## Work item
Repeat the lines below exactly as written, please, from the line with "#141=EDGE_CURVE('',#135,#52,#140,.T.);" to the line with "#195=FACE_BOUND('',#194,.T.);", both lines included, and no others.

Collected data:
══════════

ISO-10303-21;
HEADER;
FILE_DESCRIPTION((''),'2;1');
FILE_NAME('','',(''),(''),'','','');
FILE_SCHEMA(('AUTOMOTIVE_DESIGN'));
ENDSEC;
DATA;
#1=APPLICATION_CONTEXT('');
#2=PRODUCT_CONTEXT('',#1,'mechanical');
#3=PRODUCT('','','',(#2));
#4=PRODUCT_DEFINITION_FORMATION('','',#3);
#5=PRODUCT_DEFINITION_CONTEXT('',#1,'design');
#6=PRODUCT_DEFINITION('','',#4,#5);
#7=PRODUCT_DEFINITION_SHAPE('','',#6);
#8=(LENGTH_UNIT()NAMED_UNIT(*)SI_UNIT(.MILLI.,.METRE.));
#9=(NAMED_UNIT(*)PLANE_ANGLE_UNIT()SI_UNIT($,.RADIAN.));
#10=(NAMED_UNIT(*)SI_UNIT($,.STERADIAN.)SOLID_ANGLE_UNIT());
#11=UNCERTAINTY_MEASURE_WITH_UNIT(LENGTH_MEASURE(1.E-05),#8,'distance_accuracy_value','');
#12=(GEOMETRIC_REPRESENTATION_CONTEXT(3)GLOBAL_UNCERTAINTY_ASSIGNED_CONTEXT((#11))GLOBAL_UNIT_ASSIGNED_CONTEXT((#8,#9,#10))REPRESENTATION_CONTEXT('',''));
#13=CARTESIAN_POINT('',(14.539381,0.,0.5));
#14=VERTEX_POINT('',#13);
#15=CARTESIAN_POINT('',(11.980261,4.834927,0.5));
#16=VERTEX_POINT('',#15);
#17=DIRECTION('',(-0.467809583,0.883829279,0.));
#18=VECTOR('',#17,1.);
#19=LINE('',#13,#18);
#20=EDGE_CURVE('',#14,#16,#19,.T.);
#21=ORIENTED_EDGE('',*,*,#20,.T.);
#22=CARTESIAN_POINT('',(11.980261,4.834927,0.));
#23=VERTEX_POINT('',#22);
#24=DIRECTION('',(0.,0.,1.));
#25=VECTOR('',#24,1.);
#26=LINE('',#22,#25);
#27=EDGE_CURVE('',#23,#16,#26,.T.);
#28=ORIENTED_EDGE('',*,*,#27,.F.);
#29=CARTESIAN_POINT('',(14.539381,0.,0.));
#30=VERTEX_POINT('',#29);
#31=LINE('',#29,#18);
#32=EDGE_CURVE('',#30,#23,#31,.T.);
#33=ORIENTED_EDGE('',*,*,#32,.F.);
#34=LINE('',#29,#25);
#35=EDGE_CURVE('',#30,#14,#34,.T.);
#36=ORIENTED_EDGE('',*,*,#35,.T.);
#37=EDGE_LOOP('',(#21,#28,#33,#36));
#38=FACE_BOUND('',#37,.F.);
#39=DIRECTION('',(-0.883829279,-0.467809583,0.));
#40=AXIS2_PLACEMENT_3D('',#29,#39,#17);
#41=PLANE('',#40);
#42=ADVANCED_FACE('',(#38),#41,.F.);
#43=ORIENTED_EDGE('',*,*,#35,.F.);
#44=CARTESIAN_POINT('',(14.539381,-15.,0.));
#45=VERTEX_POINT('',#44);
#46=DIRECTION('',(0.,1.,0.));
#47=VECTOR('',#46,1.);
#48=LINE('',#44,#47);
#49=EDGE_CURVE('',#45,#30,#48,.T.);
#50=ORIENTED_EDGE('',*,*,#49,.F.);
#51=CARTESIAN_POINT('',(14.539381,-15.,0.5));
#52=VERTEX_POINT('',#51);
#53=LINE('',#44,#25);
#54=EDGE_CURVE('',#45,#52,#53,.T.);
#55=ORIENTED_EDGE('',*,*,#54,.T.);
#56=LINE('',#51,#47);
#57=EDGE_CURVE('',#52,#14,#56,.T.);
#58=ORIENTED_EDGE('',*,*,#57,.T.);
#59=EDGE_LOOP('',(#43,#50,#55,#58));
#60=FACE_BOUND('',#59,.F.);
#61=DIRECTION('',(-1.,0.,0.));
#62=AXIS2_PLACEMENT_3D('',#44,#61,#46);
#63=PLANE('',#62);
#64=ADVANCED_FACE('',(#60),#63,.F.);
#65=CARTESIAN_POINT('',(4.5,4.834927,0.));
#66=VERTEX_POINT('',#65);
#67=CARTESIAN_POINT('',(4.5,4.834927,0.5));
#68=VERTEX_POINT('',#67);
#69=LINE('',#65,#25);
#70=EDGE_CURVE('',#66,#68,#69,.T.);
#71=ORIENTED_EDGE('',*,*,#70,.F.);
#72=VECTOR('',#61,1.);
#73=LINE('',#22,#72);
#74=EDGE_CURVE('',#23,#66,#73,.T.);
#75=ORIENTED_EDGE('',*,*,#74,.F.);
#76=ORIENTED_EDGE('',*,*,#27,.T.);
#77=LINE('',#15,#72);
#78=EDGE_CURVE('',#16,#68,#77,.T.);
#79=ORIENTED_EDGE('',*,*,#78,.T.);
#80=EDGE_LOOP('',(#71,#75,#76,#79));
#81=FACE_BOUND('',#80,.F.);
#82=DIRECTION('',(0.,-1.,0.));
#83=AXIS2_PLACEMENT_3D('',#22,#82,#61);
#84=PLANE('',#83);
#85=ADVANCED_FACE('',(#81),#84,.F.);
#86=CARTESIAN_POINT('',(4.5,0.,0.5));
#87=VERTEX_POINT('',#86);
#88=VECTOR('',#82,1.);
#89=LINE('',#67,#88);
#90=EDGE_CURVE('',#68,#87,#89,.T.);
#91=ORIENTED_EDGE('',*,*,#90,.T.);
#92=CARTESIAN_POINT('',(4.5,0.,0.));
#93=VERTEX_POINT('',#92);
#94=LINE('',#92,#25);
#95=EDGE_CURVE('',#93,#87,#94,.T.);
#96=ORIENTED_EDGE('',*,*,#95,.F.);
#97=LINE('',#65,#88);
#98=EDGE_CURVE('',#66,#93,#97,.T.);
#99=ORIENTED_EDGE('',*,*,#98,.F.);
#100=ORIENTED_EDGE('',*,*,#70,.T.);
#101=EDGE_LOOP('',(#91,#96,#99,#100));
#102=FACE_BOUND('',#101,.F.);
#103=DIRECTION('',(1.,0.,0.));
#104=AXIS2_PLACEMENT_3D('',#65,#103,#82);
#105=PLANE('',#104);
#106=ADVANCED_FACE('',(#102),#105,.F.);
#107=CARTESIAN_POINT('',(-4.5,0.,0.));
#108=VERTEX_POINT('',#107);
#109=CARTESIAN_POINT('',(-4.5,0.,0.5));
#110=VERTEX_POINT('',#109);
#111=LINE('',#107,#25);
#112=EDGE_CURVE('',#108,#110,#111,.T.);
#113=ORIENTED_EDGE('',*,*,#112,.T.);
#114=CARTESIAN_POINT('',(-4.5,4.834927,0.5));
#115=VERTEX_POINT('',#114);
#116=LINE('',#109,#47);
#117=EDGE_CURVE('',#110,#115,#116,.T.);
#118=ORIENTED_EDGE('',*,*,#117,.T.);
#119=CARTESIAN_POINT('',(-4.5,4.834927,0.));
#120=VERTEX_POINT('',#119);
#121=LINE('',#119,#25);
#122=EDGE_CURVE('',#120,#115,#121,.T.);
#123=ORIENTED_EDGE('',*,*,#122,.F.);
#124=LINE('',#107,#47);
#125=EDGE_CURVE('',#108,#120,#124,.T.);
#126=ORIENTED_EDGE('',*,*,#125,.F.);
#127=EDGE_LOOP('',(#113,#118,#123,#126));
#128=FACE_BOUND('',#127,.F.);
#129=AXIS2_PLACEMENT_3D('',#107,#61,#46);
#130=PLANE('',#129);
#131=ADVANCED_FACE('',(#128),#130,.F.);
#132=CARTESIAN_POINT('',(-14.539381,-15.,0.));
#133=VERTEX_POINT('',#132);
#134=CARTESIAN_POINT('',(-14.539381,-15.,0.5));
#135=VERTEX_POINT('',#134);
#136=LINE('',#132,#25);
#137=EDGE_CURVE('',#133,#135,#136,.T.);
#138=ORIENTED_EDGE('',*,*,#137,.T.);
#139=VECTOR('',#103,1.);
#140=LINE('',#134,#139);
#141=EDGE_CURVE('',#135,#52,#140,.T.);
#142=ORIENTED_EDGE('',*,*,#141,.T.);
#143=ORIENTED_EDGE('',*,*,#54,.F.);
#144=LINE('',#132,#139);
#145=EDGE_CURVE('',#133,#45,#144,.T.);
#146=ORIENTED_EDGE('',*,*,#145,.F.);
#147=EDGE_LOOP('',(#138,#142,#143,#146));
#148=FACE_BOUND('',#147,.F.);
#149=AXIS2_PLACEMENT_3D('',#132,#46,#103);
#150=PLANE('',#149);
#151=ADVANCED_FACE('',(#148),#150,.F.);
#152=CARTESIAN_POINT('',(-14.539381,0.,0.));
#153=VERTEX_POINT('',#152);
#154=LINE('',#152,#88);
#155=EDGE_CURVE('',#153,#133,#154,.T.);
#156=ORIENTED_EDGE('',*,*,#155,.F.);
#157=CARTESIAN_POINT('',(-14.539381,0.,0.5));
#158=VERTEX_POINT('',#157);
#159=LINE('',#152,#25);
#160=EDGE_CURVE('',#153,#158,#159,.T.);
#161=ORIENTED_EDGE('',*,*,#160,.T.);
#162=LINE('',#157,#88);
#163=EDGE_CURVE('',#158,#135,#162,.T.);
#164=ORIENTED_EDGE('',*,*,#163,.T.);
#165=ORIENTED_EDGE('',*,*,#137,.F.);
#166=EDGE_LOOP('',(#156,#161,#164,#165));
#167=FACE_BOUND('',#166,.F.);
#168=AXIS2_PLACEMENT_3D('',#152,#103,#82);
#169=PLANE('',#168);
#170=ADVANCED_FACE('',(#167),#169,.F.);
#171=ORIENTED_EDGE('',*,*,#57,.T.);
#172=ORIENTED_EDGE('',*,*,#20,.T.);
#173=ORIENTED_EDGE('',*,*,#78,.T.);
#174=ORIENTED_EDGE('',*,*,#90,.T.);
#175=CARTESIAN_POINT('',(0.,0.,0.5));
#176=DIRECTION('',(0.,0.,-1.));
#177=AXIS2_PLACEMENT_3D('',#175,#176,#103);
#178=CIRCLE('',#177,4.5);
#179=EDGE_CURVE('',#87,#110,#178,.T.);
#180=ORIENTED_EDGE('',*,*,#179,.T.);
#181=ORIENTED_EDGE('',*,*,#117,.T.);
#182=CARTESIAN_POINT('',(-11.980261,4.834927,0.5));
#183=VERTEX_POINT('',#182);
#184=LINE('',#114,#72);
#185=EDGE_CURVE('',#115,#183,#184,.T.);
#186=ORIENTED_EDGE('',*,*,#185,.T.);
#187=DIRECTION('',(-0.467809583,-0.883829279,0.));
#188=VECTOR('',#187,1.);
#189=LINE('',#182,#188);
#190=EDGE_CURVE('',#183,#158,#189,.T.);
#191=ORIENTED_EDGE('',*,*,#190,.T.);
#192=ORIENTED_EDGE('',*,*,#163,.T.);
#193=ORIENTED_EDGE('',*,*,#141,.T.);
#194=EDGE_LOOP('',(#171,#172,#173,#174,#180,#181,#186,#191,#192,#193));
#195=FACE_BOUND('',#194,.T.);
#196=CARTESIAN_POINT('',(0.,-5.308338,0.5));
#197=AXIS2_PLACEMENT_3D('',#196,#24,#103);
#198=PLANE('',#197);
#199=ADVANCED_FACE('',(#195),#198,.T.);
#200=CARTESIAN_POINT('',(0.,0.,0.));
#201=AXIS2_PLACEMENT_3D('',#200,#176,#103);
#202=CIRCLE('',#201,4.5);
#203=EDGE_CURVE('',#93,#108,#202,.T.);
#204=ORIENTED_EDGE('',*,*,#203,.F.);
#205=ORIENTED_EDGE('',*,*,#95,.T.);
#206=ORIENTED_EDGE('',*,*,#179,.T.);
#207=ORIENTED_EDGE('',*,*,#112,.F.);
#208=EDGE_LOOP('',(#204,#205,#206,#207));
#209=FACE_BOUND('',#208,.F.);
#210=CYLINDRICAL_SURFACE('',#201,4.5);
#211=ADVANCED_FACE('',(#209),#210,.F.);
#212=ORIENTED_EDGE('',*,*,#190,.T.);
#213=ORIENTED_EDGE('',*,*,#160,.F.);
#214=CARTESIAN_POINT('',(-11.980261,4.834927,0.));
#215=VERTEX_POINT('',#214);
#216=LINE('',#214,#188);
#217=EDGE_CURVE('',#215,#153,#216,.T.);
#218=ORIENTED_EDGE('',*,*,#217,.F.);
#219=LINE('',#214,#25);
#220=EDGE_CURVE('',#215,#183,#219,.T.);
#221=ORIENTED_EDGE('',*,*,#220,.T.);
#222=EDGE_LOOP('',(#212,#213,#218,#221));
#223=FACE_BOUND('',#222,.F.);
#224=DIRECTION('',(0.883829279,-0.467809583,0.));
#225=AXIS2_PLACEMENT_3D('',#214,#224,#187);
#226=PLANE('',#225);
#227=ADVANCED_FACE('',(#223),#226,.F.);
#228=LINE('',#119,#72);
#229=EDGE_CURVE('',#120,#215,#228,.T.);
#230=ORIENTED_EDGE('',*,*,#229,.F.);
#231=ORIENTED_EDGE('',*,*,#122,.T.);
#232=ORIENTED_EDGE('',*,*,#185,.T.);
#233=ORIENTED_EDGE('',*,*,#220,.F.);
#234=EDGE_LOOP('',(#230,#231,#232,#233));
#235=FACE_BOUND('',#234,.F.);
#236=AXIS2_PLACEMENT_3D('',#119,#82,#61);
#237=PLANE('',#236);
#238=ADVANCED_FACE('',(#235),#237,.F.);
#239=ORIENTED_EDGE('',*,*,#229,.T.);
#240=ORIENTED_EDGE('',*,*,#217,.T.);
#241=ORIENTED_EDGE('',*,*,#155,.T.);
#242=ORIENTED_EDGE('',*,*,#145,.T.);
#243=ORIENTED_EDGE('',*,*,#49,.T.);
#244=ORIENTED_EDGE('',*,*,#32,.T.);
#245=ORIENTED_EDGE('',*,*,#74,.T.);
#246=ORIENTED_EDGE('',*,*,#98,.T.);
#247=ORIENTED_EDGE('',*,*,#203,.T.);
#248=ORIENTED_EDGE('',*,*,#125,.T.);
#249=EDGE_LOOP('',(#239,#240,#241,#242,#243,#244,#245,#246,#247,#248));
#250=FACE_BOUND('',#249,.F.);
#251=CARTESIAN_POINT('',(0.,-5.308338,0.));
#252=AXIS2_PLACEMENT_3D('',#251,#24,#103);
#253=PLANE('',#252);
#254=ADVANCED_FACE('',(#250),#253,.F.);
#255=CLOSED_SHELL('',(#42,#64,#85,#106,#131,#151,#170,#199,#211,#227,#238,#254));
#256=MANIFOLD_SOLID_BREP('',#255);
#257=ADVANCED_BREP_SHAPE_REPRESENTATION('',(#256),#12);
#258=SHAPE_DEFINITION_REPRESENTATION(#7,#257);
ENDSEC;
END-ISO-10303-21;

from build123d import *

# Parameters (mm, degrees)
F1_DEPTH = 0.5


with BuildPart() as f1:
    # F0 (on Top) → F1 (new body)
    with BuildSketch(Plane.XY):
        with BuildLine():
            ThreePointArc((4.5, 0), (0, -4.5), (-4.5, 0))
            Line((-4.5, 0), (-4.5, 4.834927))
            Line((-4.5, 4.834927), (-11.980261, 4.834927))
            Line((-11.980261, 4.834927), (-14.539381, 0))
            Line((-14.539381, 0), (-14.539381, -15))
            Line((-14.539381, -15), (0, -15))
            Line((0, -15), (14.539381, -15))
            Line((14.539381, -15), (14.539381, 0))
            Line((14.539381, 0), (11.980261, 4.834927))
            Line((11.980261, 4.834927), (4.5, 4.834927))
            Line((4.5, 4.834927), (4.5, 0))
        make_face()
    extrude(amount=F1_DEPTH)


solid = f1.part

══════════

## Written answer
#141=EDGE_CURVE('',#135,#52,#140,.T.);
#142=ORIENTED_EDGE('',*,*,#141,.T.);
#143=ORIENTED_EDGE('',*,*,#54,.F.);
#144=LINE('',#132,#139);
#145=EDGE_CURVE('',#133,#45,#144,.T.);
#146=ORIENTED_EDGE('',*,*,#145,.F.);
#147=EDGE_LOOP('',(#138,#142,#143,#146));
#148=FACE_BOUND('',#147,.F.);
#149=AXIS2_PLACEMENT_3D('',#132,#46,#103);
#150=PLANE('',#149);
#151=ADVANCED_FACE('',(#148),#150,.F.);
#152=CARTESIAN_POINT('',(-14.539381,0.,0.));
#153=VERTEX_POINT('',#152);
#154=LINE('',#152,#88);
#155=EDGE_CURVE('',#153,#133,#154,.T.);
#156=ORIENTED_EDGE('',*,*,#155,.F.);
#157=CARTESIAN_POINT('',(-14.539381,0.,0.5));
#158=VERTEX_POINT('',#157);
#159=LINE('',#152,#25);
#160=EDGE_CURVE('',#153,#158,#159,.T.);
#161=ORIENTED_EDGE('',*,*,#160,.T.);
#162=LINE('',#157,#88);
#163=EDGE_CURVE('',#158,#135,#162,.T.);
#164=ORIENTED_EDGE('',*,*,#163,.T.);
#165=ORIENTED_EDGE('',*,*,#137,.F.);
#166=EDGE_LOOP('',(#156,#161,#164,#165));
#167=FACE_BOUND('',#166,.F.);
#168=AXIS2_PLACEMENT_3D('',#152,#103,#82);
#169=PLANE('',#168);
#170=ADVANCED_FACE('',(#167),#169,.F.);
#171=ORIENTED_EDGE('',*,*,#57,.T.);
#172=ORIENTED_EDGE('',*,*,#20,.T.);
#173=ORIENTED_EDGE('',*,*,#78,.T.);
#174=ORIENTED_EDGE('',*,*,#90,.T.);
#175=CARTESIAN_POINT('',(0.,0.,0.5));
#176=DIRECTION('',(0.,0.,-1.));
#177=AXIS2_PLACEMENT_3D('',#175,#176,#103);
#178=CIRCLE('',#177,4.5);
#179=EDGE_CURVE('',#87,#110,#178,.T.);
#180=ORIENTED_EDGE('',*,*,#179,.T.);
#181=ORIENTED_EDGE('',*,*,#117,.T.);
#182=CARTESIAN_POINT('',(-11.980261,4.834927,0.5));
#183=VERTEX_POINT('',#182);
#184=LINE('',#114,#72);
#185=EDGE_CURVE('',#115,#183,#184,.T.);
#186=ORIENTED_EDGE('',*,*,#185,.T.);
#187=DIRECTION('',(-0.467809583,-0.883829279,0.));
#188=VECTOR('',#187,1.);
#189=LINE('',#182,#188);
#190=EDGE_CURVE('',#183,#158,#189,.T.);
#191=ORIENTED_EDGE('',*,*,#190,.T.);
#192=ORIENTED_EDGE('',*,*,#163,.T.);
#193=ORIENTED_EDGE('',*,*,#141,.T.);
#194=EDGE_LOOP('',(#171,#172,#173,#174,#180,#181,#186,#191,#192,#193));
#195=FACE_BOUND('',#194,.T.);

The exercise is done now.